COLORADO SPRINGS – Air Force Academy seniors will graduate six weeks early in an impromptu online ceremony intended to empty the campus of its remaining cadets amid the coronavirus pandemic, academy leaders said. It’s a move the military has not seen since World War II.

The academy would send about 1,000 seniors into the officer ranks without the traditional graduation ceremony that has drawn of tens of thousands of friends and family members and would have been attended by Vice President Mike Pence, The Gazette reported Wednesday.

“About 30,000 people come in and they stay for five days,” said Doug Price, who heads Visit Colorado Springs, adding that the decision is expected to leave an estimated $25 million hole in the region’s tourism economy.

“This crisis is a war,” said Dick Rauschkolb, a 1970 academy graduate who is planning with his classmates to assign each cadet with their new insignia of rank.

Academy leaders have already started planning an online version of the ceremony designed to replace the traditional graduation in Falcon Stadium and a host of other preceding celebrations, including individual swearing-in ceremonies.

“We have made herculean efforts thus far to graduate the class of 2020 and within a few weeks we will see this come to fruition,” superintendent Lt.
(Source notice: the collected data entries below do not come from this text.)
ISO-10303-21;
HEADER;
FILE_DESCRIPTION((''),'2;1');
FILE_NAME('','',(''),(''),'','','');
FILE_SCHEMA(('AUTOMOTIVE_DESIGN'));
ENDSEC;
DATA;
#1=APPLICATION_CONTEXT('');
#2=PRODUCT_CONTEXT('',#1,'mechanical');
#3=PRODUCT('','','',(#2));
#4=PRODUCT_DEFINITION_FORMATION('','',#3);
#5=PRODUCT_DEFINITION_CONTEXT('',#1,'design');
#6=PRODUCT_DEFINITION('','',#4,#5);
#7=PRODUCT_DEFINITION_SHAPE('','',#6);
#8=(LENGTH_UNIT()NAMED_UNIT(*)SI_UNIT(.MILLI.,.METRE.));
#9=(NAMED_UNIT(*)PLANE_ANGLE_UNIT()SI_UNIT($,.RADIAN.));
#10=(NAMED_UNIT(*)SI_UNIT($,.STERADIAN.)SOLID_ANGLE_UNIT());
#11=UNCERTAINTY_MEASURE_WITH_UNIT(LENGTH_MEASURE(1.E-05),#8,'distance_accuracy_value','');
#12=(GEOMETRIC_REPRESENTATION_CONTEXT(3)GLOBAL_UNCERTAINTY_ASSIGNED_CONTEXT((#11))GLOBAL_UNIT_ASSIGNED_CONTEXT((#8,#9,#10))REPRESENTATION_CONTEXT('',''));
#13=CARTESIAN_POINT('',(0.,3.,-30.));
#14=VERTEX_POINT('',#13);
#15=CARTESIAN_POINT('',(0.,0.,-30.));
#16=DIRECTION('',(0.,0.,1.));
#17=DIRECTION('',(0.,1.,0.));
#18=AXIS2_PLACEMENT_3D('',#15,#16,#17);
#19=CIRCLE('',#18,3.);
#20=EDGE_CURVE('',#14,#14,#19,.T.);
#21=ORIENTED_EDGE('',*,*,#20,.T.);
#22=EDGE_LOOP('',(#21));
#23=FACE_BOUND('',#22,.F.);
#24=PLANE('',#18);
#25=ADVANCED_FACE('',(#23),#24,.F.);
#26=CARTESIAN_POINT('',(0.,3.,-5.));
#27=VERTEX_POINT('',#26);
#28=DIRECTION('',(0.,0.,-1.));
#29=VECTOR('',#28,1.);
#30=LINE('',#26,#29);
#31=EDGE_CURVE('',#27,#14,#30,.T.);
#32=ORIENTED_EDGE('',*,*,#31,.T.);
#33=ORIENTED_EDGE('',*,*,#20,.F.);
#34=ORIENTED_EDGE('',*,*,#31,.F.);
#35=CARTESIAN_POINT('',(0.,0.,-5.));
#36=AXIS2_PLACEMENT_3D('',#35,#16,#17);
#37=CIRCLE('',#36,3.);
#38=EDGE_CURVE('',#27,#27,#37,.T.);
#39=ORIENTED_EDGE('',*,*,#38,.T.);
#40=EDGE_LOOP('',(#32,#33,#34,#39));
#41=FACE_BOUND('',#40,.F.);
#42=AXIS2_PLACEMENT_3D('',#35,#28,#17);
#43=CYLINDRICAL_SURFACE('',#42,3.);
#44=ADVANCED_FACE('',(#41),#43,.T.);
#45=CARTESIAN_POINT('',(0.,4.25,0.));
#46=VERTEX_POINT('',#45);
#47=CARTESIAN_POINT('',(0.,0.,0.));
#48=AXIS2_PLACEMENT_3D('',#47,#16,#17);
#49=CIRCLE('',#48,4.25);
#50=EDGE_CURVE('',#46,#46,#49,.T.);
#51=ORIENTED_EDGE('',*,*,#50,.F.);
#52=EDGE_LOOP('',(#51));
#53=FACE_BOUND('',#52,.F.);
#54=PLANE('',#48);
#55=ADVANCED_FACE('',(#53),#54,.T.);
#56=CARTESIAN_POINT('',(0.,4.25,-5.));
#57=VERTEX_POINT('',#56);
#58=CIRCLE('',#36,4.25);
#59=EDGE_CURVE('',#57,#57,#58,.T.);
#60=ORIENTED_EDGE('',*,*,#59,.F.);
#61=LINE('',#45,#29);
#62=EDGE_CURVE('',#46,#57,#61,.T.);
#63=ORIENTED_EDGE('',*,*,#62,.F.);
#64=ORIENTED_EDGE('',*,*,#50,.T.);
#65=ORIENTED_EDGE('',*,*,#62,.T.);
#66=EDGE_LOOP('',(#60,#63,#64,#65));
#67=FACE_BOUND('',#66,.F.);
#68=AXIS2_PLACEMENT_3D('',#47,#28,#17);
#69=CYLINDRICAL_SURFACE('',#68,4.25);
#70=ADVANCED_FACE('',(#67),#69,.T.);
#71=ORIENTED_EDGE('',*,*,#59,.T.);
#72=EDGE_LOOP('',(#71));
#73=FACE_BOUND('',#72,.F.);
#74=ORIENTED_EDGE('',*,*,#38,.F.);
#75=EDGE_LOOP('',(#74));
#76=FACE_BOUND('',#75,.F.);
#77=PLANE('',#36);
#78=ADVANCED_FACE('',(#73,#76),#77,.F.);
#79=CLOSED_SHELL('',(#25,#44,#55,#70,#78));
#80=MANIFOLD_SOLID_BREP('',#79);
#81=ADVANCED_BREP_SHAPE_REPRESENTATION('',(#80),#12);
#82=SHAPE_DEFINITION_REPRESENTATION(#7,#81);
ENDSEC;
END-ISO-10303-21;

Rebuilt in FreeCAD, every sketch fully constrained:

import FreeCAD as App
import Part
import Sketcher
from FreeCAD import Vector
Q = App.Units.Quantity


def add_polygon(sketch, points):
    """Adds a closed chain of lines whose ends are joined by coincident constraints."""
    first, n = sketch.GeometryCount, len(points)
    for a, b in zip(points, points[1:] + points[:1]):
        sketch.addGeometry(Part.LineSegment(App.Vector(*a, 0), App.Vector(*b, 0)), False)
    for i in range(n):
        sketch.addConstraint(Sketcher.Constraint("Coincident", first + i, 2, first + (i + 1) % n, 1))

doc = App.newDocument("Part")
body = doc.addObject("PartDesign::Body", "Body")

# Sketch on YZ plane
sketch1 = body.newObject("Sketcher::SketchObject", "Sketch")
sketch1.AttachmentSupport = (doc.getObject("YZ_Plane"), [""])
sketch1.MapMode = "FlatFace"
add_polygon(sketch1, [(4.2, 0), (0, 0), (0, -30), (3, -30), (3, -5), (4.2, -5)])  # lines 0-5
sketch1.addConstraint([
    Sketcher.Constraint("Horizontal", 0),
    Sketcher.Constraint("Vertical", 1),
    Sketcher.Constraint("Horizontal", 2),
    Sketcher.Constraint("Vertical", 3),
    Sketcher.Constraint("Horizontal", 4),
    Sketcher.Constraint("Vertical", 5),
    Sketcher.Constraint("Coincident", 0, 2, -1, 1),
    Sketcher.Constraint("DistanceY", 3, 1, 3, 2, Q("25 mm")),
    Sketcher.Constraint("DistanceY", 5, 1, 5, 2, Q("5 mm")),
    Sketcher.Constraint("DistanceX", 0, 2, 0, 1, Q("4.25 mm")),
    Sketcher.Constraint("DistanceX", 4, 1, 4, 2, Q("1.25 mm")),
])
revolution = body.newObject("PartDesign::Revolution", "Revolution")
revolution.Profile = sketch1
revolution.ReferenceAxis = (sketch1, ["V_Axis"])
revolution.Angle = 360

doc.recompute()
Gen. Jay Silveria said in a statement.

The Air Force Academy is the first of the military academies to plan an early online graduation. West Point and Naval Academy arrangements have yet to be determined.

The Air Force Academy has never hosted an early graduation, but the U.S. Military Academy at West Point made different arrangements for graduation during the Civil War, World War I and World War II.